Range to reproduce from the entries below: the line with "face PLANE(AX(P(0,-47.625,0),D(-1,0,0),D(0,-1,0))) ~[e19", the line with "v36 (6.344399,21.59,-2.825097)", and every line in between. Give them exactly and give nothing else.

*** Material supplied

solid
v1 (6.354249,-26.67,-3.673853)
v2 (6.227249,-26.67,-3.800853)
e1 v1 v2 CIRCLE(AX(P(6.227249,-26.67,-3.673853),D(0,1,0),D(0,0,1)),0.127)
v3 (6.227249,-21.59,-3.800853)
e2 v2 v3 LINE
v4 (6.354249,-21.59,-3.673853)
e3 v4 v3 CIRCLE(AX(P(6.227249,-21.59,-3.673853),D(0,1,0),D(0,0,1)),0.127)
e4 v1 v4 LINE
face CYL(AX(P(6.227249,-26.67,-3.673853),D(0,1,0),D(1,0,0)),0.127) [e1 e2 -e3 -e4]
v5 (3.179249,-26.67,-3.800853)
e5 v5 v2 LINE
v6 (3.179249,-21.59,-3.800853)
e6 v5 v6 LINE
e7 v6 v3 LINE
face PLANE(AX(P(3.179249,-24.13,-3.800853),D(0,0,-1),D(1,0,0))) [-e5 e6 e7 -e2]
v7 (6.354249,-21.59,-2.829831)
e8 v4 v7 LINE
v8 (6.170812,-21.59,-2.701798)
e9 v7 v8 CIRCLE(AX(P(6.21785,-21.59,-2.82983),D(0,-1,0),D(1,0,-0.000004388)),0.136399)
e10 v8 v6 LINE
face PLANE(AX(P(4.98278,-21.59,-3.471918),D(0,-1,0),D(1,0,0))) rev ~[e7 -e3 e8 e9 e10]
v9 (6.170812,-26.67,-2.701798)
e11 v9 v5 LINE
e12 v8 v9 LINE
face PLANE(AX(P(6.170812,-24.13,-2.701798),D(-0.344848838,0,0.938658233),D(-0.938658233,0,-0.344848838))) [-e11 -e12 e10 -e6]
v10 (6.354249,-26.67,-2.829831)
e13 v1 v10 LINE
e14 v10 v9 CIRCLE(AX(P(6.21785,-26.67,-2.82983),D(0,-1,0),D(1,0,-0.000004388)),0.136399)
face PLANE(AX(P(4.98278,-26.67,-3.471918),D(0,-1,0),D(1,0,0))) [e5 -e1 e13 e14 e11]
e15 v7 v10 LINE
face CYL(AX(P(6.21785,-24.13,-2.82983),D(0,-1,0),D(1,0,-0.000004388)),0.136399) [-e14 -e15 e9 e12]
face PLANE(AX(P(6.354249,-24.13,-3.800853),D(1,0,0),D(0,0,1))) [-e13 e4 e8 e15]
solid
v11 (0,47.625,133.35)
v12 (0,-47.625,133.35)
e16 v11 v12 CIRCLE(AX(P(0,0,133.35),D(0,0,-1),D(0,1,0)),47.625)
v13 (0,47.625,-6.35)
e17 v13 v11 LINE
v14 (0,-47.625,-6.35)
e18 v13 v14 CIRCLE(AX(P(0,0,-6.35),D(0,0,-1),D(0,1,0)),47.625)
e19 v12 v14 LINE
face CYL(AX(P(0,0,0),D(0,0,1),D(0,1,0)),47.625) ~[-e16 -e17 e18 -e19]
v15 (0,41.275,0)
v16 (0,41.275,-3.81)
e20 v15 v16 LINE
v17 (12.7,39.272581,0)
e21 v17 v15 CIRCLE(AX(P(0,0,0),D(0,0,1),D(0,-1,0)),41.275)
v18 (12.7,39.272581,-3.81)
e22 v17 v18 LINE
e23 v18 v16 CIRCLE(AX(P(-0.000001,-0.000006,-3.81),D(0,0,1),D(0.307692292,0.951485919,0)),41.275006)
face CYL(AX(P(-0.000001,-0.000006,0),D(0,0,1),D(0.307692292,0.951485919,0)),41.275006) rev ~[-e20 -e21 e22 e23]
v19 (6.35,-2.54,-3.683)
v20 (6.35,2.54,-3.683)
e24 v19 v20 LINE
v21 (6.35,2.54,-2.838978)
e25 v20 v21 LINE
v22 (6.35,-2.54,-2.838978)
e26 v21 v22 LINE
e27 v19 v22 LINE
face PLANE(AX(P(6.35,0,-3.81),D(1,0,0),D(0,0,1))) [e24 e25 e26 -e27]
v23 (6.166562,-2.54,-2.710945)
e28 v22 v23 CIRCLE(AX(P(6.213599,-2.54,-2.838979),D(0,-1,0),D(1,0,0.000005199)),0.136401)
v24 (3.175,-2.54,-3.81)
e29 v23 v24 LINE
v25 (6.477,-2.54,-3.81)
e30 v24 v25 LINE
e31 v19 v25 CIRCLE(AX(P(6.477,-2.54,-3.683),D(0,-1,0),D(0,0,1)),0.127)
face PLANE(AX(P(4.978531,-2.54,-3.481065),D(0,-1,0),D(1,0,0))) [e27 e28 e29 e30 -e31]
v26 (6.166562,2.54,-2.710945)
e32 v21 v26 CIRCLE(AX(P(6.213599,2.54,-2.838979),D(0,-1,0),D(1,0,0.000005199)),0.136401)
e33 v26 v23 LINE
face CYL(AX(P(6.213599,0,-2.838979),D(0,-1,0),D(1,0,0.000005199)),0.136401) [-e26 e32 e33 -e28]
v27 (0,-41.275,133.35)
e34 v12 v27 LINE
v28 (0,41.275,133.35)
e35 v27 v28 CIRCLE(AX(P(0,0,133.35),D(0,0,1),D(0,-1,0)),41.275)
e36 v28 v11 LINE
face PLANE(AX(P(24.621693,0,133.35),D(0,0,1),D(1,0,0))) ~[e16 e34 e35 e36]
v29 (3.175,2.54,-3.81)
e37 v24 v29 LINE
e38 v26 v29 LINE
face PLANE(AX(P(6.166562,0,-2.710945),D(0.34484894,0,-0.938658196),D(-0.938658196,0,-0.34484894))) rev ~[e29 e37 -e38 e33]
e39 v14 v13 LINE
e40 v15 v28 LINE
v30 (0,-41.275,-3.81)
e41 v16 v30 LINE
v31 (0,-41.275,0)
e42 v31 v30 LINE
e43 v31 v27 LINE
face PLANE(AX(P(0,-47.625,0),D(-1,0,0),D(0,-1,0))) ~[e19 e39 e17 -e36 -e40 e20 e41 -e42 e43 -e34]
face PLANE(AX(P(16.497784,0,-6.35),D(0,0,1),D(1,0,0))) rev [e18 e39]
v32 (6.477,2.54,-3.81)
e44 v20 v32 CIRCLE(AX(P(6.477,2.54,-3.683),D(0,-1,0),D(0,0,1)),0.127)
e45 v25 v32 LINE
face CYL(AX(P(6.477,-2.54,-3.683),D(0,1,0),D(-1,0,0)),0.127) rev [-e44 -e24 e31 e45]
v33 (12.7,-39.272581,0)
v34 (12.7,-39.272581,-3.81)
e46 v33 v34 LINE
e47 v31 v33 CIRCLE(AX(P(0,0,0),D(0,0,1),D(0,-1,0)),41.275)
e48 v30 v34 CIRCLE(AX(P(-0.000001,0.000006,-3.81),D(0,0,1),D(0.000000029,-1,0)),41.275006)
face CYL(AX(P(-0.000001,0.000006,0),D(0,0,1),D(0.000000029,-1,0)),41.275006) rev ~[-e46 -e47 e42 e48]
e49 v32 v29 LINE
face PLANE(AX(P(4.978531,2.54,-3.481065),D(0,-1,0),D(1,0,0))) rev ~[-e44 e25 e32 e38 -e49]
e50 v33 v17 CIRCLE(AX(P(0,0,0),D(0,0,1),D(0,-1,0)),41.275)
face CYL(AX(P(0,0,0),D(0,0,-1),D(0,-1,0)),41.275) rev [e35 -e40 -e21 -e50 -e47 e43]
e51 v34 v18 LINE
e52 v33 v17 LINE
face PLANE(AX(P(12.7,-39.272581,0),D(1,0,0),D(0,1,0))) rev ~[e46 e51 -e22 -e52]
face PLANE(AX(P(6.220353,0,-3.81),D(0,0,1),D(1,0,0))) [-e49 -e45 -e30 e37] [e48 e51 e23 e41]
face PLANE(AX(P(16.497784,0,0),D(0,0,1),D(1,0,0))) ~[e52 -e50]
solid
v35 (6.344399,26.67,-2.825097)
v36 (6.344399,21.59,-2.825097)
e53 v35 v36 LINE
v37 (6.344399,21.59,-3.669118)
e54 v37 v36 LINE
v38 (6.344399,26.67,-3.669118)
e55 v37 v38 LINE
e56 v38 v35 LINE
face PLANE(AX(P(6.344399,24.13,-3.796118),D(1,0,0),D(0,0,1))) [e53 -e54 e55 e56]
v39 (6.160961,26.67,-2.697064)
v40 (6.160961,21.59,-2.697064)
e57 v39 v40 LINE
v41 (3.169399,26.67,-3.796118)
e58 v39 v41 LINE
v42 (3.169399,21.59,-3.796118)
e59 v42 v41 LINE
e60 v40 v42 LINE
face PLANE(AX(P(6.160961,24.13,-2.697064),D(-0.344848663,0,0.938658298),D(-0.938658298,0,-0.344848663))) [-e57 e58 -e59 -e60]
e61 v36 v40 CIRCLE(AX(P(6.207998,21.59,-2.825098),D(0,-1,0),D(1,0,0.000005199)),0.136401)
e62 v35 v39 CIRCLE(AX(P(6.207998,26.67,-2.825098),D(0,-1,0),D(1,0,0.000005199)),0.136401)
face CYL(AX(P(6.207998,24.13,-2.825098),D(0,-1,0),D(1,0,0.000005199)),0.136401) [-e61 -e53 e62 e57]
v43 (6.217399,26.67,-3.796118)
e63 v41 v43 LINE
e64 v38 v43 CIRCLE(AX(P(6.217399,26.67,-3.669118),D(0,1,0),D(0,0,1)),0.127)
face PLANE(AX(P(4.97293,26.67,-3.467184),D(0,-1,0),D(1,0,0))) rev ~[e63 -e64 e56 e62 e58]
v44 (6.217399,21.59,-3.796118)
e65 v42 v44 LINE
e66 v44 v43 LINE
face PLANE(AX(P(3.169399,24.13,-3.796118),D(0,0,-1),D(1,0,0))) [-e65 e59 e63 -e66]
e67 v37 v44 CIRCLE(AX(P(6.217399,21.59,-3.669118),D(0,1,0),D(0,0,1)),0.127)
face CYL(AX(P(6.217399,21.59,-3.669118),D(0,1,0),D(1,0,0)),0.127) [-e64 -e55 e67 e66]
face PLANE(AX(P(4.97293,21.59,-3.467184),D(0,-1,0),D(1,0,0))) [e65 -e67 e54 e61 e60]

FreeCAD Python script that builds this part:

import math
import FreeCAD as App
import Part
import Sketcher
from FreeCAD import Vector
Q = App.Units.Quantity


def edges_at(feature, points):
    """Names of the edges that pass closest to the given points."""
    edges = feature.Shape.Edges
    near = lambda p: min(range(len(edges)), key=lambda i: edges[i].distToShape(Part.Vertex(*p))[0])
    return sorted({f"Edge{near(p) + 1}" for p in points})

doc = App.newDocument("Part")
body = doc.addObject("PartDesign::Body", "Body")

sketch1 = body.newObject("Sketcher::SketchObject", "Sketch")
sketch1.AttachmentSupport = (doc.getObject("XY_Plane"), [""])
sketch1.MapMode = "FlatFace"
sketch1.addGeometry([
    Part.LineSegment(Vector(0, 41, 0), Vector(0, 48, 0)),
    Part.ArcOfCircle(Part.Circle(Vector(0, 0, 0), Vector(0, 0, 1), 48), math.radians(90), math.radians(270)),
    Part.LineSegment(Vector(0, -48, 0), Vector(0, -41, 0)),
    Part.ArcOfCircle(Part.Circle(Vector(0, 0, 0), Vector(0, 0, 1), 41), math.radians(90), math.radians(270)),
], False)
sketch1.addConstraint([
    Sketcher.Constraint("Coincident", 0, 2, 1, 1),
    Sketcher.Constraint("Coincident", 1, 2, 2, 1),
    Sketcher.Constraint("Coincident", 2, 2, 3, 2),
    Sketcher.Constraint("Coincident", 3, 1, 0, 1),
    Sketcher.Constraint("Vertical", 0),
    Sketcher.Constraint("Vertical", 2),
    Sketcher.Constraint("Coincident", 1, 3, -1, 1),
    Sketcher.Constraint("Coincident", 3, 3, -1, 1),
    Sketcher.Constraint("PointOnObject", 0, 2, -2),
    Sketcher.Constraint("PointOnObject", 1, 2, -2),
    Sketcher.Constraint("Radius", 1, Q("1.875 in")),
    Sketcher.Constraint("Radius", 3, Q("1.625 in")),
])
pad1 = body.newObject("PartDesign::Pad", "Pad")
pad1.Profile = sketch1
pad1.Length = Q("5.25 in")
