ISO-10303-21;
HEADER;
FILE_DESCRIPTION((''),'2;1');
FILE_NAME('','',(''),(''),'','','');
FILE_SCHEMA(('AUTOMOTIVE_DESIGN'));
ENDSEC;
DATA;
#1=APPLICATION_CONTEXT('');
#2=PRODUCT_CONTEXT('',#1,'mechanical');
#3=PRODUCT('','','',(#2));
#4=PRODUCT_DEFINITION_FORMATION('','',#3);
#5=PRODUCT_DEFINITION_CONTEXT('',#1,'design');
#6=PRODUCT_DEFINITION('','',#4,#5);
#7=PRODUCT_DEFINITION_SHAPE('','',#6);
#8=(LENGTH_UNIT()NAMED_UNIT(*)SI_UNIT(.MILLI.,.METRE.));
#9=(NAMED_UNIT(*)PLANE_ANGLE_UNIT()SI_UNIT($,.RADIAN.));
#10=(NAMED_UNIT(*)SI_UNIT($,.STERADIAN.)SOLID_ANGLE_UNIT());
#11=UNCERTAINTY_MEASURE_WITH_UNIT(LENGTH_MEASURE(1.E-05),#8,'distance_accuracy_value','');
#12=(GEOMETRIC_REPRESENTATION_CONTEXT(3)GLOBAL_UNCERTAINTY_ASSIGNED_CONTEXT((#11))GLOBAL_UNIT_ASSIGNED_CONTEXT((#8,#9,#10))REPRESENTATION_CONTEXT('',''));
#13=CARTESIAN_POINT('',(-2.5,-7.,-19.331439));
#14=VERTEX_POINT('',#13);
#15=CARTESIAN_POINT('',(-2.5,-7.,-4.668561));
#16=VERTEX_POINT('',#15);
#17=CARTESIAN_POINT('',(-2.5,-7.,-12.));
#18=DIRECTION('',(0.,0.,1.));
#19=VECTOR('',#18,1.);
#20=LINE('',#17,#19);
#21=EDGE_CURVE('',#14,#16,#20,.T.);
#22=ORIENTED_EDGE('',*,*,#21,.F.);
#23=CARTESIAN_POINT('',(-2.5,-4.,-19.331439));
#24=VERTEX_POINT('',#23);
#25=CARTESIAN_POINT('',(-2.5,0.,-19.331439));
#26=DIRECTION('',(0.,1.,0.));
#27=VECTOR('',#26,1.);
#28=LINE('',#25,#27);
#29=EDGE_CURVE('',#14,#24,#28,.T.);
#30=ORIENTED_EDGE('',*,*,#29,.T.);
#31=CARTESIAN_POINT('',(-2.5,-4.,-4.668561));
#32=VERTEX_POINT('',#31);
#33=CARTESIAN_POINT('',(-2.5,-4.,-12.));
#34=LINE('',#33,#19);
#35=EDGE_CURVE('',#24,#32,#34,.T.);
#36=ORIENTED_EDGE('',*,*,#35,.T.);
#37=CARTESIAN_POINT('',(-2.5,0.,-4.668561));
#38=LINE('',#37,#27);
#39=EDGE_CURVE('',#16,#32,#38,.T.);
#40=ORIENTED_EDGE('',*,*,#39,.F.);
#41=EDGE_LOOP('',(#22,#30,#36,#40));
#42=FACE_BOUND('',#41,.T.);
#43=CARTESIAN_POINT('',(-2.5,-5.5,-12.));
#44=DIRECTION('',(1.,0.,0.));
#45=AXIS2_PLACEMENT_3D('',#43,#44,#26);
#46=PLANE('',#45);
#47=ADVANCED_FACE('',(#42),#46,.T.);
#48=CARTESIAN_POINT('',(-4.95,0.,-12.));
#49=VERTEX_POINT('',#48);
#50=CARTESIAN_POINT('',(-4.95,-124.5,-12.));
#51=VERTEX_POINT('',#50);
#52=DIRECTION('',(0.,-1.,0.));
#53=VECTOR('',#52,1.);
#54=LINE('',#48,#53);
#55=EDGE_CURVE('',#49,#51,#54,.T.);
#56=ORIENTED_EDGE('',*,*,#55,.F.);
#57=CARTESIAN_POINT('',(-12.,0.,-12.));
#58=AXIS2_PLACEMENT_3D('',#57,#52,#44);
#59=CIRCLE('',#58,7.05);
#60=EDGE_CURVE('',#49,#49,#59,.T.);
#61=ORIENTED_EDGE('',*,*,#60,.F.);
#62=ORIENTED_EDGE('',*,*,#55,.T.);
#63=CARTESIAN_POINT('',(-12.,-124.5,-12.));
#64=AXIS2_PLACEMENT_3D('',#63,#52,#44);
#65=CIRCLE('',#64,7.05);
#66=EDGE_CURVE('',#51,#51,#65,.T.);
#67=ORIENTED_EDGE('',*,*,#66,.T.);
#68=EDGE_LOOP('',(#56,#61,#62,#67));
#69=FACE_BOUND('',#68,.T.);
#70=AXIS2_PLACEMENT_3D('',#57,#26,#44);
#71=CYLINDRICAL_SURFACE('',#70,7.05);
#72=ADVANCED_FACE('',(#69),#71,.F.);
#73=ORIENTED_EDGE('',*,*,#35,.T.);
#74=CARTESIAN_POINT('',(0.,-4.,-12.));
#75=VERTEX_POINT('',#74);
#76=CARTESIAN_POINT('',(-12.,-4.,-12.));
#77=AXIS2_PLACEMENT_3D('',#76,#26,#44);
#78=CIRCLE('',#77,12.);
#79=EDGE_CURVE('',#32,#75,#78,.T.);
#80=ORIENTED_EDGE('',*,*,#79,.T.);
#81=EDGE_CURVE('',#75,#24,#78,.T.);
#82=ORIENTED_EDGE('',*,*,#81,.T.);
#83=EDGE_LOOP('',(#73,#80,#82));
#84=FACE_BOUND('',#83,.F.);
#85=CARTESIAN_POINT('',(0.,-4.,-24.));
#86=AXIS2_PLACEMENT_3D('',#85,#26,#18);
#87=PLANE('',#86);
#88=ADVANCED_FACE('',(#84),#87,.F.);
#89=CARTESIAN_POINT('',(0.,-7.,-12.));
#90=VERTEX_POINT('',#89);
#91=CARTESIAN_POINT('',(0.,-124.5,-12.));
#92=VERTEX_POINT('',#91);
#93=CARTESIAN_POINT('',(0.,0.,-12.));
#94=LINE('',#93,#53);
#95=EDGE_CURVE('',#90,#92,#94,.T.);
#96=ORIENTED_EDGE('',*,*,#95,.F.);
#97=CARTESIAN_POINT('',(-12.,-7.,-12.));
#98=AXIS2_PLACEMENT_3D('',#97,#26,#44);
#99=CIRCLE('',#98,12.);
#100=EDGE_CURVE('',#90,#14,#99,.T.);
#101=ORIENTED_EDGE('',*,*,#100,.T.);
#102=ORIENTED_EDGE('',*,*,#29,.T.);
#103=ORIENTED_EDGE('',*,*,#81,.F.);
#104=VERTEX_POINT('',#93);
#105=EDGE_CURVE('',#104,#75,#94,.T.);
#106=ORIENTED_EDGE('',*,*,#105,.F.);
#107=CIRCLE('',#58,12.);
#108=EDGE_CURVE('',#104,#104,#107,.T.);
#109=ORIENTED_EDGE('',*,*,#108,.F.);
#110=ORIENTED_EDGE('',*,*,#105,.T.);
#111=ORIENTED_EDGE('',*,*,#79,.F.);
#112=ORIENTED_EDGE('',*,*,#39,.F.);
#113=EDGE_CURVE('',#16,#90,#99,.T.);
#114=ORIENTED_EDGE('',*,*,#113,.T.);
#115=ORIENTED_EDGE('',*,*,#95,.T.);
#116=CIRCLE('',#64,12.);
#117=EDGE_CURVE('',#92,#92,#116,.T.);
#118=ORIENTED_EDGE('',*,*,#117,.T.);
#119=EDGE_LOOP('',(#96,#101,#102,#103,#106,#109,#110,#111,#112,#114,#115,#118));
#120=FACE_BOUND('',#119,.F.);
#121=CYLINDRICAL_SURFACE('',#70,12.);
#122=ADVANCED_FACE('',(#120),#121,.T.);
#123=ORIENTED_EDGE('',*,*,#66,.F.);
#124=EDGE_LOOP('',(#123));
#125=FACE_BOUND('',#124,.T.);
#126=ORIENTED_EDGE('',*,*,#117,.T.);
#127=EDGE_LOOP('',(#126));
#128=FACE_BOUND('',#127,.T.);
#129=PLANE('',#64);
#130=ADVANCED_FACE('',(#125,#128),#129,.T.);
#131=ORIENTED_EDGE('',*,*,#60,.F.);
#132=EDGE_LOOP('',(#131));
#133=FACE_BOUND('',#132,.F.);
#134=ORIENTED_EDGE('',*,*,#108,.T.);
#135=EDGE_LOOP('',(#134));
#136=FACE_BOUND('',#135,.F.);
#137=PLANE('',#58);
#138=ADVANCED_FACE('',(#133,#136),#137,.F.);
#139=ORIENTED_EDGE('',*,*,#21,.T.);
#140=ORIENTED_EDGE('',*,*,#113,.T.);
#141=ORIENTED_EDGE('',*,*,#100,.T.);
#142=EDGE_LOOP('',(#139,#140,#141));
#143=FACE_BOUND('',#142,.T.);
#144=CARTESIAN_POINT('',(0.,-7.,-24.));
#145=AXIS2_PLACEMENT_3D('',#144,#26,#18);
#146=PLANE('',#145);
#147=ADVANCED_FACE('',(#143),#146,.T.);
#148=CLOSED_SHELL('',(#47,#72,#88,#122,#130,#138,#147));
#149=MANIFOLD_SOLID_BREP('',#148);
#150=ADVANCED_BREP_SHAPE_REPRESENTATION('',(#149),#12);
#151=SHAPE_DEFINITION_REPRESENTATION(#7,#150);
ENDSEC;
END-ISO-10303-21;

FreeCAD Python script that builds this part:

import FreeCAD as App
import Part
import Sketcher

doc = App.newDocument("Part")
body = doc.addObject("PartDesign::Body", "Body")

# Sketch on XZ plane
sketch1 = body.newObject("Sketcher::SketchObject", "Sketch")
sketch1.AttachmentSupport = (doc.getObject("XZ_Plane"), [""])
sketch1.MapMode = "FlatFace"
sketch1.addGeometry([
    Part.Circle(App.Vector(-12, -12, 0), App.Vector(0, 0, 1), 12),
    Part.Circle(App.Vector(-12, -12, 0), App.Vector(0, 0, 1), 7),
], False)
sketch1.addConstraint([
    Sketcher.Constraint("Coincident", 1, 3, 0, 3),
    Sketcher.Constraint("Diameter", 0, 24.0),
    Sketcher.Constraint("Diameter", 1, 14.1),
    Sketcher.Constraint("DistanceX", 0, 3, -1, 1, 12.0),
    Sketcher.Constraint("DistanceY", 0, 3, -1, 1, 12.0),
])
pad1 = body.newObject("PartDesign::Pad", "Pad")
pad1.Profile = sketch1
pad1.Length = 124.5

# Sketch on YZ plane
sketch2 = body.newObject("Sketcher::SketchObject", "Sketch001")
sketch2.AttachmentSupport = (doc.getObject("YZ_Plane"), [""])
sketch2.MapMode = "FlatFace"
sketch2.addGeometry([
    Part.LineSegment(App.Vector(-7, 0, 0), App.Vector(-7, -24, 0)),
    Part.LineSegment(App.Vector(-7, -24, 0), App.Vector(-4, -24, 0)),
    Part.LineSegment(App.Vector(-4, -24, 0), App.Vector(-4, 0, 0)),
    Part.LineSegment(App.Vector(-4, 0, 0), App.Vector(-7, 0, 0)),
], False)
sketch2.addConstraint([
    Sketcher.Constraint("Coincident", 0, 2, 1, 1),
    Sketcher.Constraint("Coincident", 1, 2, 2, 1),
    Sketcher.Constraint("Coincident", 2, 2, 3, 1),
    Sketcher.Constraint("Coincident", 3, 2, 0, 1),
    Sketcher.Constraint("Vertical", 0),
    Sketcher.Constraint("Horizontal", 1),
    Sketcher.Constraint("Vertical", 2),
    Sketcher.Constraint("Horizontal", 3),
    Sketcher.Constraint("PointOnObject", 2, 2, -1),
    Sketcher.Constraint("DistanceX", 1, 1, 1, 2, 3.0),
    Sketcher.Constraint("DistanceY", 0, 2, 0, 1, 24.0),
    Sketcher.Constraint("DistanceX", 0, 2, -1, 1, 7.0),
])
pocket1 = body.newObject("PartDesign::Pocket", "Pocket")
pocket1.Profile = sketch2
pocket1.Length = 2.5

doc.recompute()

******

● **Reply to the exercise**
face PLANE(AX(P(0,-47.625,0),D(-1,0,0),D(0,-1,0))) ~[e19 e39 e17 -e36 -e40 e20 e41 -e42 e43 -e34]
face PLANE(AX(P(16.497784,0,-6.35),D(0,0,1),D(1,0,0))) rev [e18 e39]
v32 (6.477,2.54,-3.81)
e44 v20 v32 CIRCLE(AX(P(6.477,2.54,-3.683),D(0,-1,0),D(0,0,1)),0.127)
e45 v25 v32 LINE
face CYL(AX(P(6.477,-2.54,-3.683),D(0,1,0),D(-1,0,0)),0.127) rev [-e44 -e24 e31 e45]
v33 (12.7,-39.272581,0)
v34 (12.7,-39.272581,-3.81)
e46 v33 v34 LINE
e47 v31 v33 CIRCLE(AX(P(0,0,0),D(0,0,1),D(0,-1,0)),41.275)
e48 v30 v34 CIRCLE(AX(P(-0.000001,0.000006,-3.81),D(0,0,1),D(0.000000029,-1,0)),41.275006)
face CYL(AX(P(-0.000001,0.000006,0),D(0,0,1),D(0.000000029,-1,0)),41.275006) rev ~[-e46 -e47 e42 e48]
e49 v32 v29 LINE
face PLANE(AX(P(4.978531,2.54,-3.481065),D(0,-1,0),D(1,0,0))) rev ~[-e44 e25 e32 e38 -e49]
e50 v33 v17 CIRCLE(AX(P(0,0,0),D(0,0,1),D(0,-1,0)),41.275)
face CYL(AX(P(0,0,0),D(0,0,-1),D(0,-1,0)),41.275) rev [e35 -e40 -e21 -e50 -e47 e43]
e51 v34 v18 LINE
e52 v33 v17 LINE
face PLANE(AX(P(12.7,-39.272581,0),D(1,0,0),D(0,1,0))) rev ~[e46 e51 -e22 -e52]
face PLANE(AX(P(6.220353,0,-3.81),D(0,0,1),D(1,0,0))) [-e49 -e45 -e30 e37] [e48 e51 e23 e41]
face PLANE(AX(P(16.497784,0,0),D(0,0,1),D(1,0,0))) ~[e52 -e50]
solid
v35 (6.344399,26.67,-2.825097)
v36 (6.344399,21.59,-2.825097)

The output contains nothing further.